The Pre-Code View of World War I



Early Depression-era Hollywood made a fortune uplifting downtrodden audiences with upbeat musicals and racy comedies--before the enforcement of the production code put a damper on some of the fun--but the period was not all sweetness and light. Some of the most effective movies that touch on World War I came from this period, before Hollywood put a gloss on war, and while the Lost Generation was still fresh in the collective memory. I decided to share some of these titles in observance of Memorial Day. These are solemn, downbeat movies, but they are also inspiring in their gritty honesty and emotional power.

All Quiet on the Western Front (1930) One of the most famous World War I movies is an epic, but also intimate story of young soldiers who lose their patriotic enthusiasm when faced with the horror, mayhem and boredom of trench warfare. All Quite on the Western Front has retained its power for generations, partly because it does not soften its bleak world view.
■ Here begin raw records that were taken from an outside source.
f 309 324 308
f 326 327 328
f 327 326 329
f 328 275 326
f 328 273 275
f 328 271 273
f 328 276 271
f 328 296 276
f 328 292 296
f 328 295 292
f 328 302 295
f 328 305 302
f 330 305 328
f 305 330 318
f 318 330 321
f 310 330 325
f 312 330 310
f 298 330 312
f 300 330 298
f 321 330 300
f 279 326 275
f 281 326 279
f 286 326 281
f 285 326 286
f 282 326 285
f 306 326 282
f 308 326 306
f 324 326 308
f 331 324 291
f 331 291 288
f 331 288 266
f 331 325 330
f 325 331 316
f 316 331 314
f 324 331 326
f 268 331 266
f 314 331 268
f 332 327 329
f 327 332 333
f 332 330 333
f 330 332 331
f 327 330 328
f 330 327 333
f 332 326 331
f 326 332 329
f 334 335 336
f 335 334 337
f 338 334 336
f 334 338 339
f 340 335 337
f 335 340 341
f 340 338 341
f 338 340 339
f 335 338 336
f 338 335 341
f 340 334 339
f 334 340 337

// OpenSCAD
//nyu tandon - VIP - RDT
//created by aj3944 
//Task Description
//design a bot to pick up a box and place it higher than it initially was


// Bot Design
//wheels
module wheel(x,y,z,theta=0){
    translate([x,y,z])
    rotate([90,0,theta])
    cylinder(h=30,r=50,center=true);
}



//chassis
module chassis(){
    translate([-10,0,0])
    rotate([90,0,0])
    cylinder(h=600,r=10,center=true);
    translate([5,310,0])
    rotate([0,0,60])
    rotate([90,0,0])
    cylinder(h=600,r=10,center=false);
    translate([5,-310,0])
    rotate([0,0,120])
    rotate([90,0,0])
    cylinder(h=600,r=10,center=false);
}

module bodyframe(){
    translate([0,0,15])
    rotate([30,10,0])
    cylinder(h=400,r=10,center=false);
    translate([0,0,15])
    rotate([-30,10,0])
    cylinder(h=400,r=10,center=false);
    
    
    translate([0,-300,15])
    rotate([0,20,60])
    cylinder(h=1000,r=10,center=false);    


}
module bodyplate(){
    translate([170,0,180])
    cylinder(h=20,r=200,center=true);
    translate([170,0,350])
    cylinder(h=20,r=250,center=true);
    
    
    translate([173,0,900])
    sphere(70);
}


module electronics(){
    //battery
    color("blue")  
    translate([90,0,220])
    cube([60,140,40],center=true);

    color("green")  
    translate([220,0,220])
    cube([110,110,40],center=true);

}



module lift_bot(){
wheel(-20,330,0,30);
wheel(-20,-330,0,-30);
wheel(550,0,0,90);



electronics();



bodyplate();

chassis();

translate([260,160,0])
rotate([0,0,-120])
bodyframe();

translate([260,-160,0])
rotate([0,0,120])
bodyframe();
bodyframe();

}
The Eagle and the Hawk (1932) A smaller scale, but potent WWI drama about a pilot who collapses under the strain of the war. This fast, dark story is as much about camaraderie and loyalty as it is about the emotional distress caused by war.

Heroes for Sale (1933) This is one of the most powerful pre-code examinations of post-war life for traumatized veterans. In its cynical world view, soldiers are not even necessarily loyal to each other, making the transition to civilian life even more lonely and confusing. One of the hugely underrated Richard Barthelmess’ best performances.

I Am a Fugitive From a Chain Gang (1932) Paul Muni stars in another gritty drama of a veteran’s struggle to return to society. Desperate for money, he tries to pawn his medals, only to find that the shop owner already has accepted more than he can sell. He shows him a pile of medals, and with that one image shows the struggles of many men.

Gold Diggers of 1933 (1933) This is above all a musical of the depression. While accepting the reality of empty stomachs and unpaid rent, it also uplifts with silly songs, romance and elaborate production numbers. It touches on World War I in its final number My Forgotten Man. The darkly beautiful, expressionistic sets and emotional plea for struggling veterans so impressed studio head Jack Warner that he moved it from the middle of the movie to the end, where its passionate drive gave the closing scenes a powerful edge.